• [SUPPLIED RECORDS]:
_ _ _ _ _

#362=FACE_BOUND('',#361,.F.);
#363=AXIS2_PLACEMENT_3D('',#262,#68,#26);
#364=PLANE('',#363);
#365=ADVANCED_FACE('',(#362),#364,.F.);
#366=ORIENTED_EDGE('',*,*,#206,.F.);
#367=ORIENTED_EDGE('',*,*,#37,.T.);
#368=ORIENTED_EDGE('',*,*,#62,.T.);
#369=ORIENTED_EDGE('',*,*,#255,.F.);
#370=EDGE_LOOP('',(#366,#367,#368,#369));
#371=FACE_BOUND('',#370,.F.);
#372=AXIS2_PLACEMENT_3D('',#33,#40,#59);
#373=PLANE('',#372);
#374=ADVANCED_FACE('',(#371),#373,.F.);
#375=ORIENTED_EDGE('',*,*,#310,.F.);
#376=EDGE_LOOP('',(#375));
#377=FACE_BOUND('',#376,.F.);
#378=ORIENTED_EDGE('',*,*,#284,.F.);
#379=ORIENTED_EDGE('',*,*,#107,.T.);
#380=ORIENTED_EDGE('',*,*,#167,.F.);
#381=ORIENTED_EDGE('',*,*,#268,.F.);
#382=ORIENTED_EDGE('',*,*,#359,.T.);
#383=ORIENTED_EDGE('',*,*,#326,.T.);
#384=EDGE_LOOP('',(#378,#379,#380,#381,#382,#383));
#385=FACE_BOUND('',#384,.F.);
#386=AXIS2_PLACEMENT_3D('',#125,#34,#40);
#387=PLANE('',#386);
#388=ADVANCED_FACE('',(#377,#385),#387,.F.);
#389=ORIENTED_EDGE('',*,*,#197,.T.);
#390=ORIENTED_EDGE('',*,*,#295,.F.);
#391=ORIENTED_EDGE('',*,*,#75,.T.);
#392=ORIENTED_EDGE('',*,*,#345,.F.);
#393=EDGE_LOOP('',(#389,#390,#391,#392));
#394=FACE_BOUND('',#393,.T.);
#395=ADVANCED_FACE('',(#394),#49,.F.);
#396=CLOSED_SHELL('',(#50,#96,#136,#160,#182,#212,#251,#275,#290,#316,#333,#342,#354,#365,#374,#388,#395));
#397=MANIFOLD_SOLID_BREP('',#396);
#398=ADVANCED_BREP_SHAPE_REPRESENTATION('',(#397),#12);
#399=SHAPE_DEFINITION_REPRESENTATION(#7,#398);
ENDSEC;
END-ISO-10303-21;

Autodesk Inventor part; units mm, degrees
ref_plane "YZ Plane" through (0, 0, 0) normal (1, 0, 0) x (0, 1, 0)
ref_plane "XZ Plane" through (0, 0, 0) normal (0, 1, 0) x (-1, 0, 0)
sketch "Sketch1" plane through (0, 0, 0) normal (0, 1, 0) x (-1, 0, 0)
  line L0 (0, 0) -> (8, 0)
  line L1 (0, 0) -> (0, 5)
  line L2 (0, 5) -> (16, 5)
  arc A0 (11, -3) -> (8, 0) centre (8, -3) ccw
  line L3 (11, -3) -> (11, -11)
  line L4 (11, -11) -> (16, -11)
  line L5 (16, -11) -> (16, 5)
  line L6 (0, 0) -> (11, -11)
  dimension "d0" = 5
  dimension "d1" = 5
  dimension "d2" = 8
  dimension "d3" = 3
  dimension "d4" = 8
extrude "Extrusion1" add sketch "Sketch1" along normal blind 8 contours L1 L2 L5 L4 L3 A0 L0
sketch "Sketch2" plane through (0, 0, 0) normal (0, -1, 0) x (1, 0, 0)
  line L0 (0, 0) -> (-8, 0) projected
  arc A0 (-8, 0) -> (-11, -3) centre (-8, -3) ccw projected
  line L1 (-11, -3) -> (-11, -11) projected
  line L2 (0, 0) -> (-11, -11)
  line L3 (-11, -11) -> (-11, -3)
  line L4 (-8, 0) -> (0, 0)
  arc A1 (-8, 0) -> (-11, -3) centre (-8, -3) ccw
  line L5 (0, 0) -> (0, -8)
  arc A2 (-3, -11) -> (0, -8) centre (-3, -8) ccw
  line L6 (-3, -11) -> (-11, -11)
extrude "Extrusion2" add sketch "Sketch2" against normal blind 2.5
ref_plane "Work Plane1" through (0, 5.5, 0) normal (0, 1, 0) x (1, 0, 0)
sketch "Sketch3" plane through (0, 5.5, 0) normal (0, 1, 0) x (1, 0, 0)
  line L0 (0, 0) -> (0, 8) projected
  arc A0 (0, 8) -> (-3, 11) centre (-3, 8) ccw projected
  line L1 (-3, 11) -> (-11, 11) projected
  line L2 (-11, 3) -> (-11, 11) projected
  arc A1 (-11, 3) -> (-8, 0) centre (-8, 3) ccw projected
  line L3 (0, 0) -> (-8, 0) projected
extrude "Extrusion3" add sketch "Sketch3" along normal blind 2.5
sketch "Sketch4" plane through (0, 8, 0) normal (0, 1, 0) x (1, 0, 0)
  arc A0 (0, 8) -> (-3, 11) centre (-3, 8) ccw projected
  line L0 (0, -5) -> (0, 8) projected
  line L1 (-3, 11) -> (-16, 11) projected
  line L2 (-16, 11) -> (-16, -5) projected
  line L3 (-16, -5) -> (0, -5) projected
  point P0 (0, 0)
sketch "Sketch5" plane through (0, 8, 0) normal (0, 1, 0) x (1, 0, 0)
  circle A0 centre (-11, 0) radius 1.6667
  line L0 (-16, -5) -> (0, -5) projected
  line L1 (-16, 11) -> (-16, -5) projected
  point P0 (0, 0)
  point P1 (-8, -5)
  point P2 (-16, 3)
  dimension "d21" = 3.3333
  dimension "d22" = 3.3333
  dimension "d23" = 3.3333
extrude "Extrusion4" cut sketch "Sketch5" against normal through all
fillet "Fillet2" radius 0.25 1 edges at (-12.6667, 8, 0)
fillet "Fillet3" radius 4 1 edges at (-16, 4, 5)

_ _ _ _ _

• [EXERCISE OBJECTIVE]:
All of the material above needs repeating. Keep it exact.

• [ANSWER FOR THE TASK]:
#362=FACE_BOUND('',#361,.F.);
#363=AXIS2_PLACEMENT_3D('',#262,#68,#26);
#364=PLANE('',#363);
#365=ADVANCED_FACE('',(#362),#364,.F.);
#366=ORIENTED_EDGE('',*,*,#206,.F.);
#367=ORIENTED_EDGE('',*,*,#37,.T.);
#368=ORIENTED_EDGE('',*,*,#62,.T.);
#369=ORIENTED_EDGE('',*,*,#255,.F.);
#370=EDGE_LOOP('',(#366,#367,#368,#369));
#371=FACE_BOUND('',#370,.F.);
#372=AXIS2_PLACEMENT_3D('',#33,#40,#59);
#373=PLANE('',#372);
#374=ADVANCED_FACE('',(#371),#373,.F.);
#375=ORIENTED_EDGE('',*,*,#310,.F.);
#376=EDGE_LOOP('',(#375));
#377=FACE_BOUND('',#376,.F.);
#378=ORIENTED_EDGE('',*,*,#284,.F.);
#379=ORIENTED_EDGE('',*,*,#107,.T.);
#380=ORIENTED_EDGE('',*,*,#167,.F.);
#381=ORIENTED_EDGE('',*,*,#268,.F.);
#382=ORIENTED_EDGE('',*,*,#359,.T.);
#383=ORIENTED_EDGE('',*,*,#326,.T.);
#384=EDGE_LOOP('',(#378,#379,#380,#381,#382,#383));
#385=FACE_BOUND('',#384,.F.);
#386=AXIS2_PLACEMENT_3D('',#125,#34,#40);
#387=PLANE('',#386);
#388=ADVANCED_FACE('',(#377,#385),#387,.F.);
#389=ORIENTED_EDGE('',*,*,#197,.T.);
#390=ORIENTED_EDGE('',*,*,#295,.F.);
#391=ORIENTED_EDGE('',*,*,#75,.T.);
#392=ORIENTED_EDGE('',*,*,#345,.F.);
#393=EDGE_LOOP('',(#389,#390,#391,#392));
#394=FACE_BOUND('',#393,.T.);
#395=ADVANCED_FACE('',(#394),#49,.F.);
#396=CLOSED_SHELL('',(#50,#96,#136,#160,#182,#212,#251,#275,#290,#316,#333,#342,#354,#365,#374,#388,#395));
#397=MANIFOLD_SOLID_BREP('',#396);
#398=ADVANCED_BREP_SHAPE_REPRESENTATION('',(#397),#12);
#399=SHAPE_DEFINITION_REPRESENTATION(#7,#398);
ENDSEC;
END-ISO-10303-21;

Autodesk Inventor part; units mm, degrees
ref_plane "YZ Plane" through (0, 0, 0) normal (1, 0, 0) x (0, 1, 0)
ref_plane "XZ Plane" through (0, 0, 0) normal (0, 1, 0) x (-1, 0, 0)
sketch "Sketch1" plane through (0, 0, 0) normal (0, 1, 0) x (-1, 0, 0)
  line L0 (0, 0) -> (8, 0)
  line L1 (0, 0) -> (0, 5)
  line L2 (0, 5) -> (16, 5)
  arc A0 (11, -3) -> (8, 0) centre (8, -3) ccw
  line L3 (11, -3) -> (11, -11)
  line L4 (11, -11) -> (16, -11)
  line L5 (16, -11) -> (16, 5)
  line L6 (0, 0) -> (11, -11)
  dimension "d0" = 5
  dimension "d1" = 5
  dimension "d2" = 8
  dimension "d3" = 3
  dimension "d4" = 8
extrude "Extrusion1" add sketch "Sketch1" along normal blind 8 contours L1 L2 L5 L4 L3 A0 L0
sketch "Sketch2" plane through (0, 0, 0) normal (0, -1, 0) x (1, 0, 0)
  line L0 (0, 0) -> (-8, 0) projected
  arc A0 (-8, 0) -> (-11, -3) centre (-8, -3) ccw projected
  line L1 (-11, -3) -> (-11, -11) projected
  line L2 (0, 0) -> (-11, -11)
  line L3 (-11, -11) -> (-11, -3)
  line L4 (-8, 0) -> (0, 0)
  arc A1 (-8, 0) -> (-11, -3) centre (-8, -3) ccw
  line L5 (0, 0) -> (0, -8)
  arc A2 (-3, -11) -> (0, -8) centre (-3, -8) ccw
  line L6 (-3, -11) -> (-11, -11)
extrude "Extrusion2" add sketch "Sketch2" against normal blind 2.5
ref_plane "Work Plane1" through (0, 5.5, 0) normal (0, 1, 0) x (1, 0, 0)
sketch "Sketch3" plane through (0, 5.5, 0) normal (0, 1, 0) x (1, 0, 0)
  line L0 (0, 0) -> (0, 8) projected
  arc A0 (0, 8) -> (-3, 11) centre (-3, 8) ccw projected
  line L1 (-3, 11) -> (-11, 11) projected
  line L2 (-11, 3) -> (-11, 11) projected
  arc A1 (-11, 3) -> (-8, 0) centre (-8, 3) ccw projected
  line L3 (0, 0) -> (-8, 0) projected
extrude "Extrusion3" add sketch "Sketch3" along normal blind 2.5
sketch "Sketch4" plane through (0, 8, 0) normal (0, 1, 0) x (1, 0, 0)
  arc A0 (0, 8) -> (-3, 11) centre (-3, 8) ccw projected
  line L0 (0, -5) -> (0, 8) projected
  line L1 (-3, 11) -> (-16, 11) projected
  line L2 (-16, 11) -> (-16, -5) projected
  line L3 (-16, -5) -> (0, -5) projected
  point P0 (0, 0)
sketch "Sketch5" plane through (0, 8, 0) normal (0, 1, 0) x (1, 0, 0)
  circle A0 centre (-11, 0) radius 1.6667
  line L0 (-16, -5) -> (0, -5) projected
  line L1 (-16, 11) -> (-16, -5) projected
  point P0 (0, 0)
  point P1 (-8, -5)
  point P2 (-16, 3)
  dimension "d21" = 3.3333
  dimension "d22" = 3.3333
  dimension "d23" = 3.3333
extrude "Extrusion4" cut sketch "Sketch5" against normal through all
fillet "Fillet2" radius 0.25 1 edges at (-12.6667, 8, 0)
fillet "Fillet3" radius 4 1 edges at (-16, 4, 5)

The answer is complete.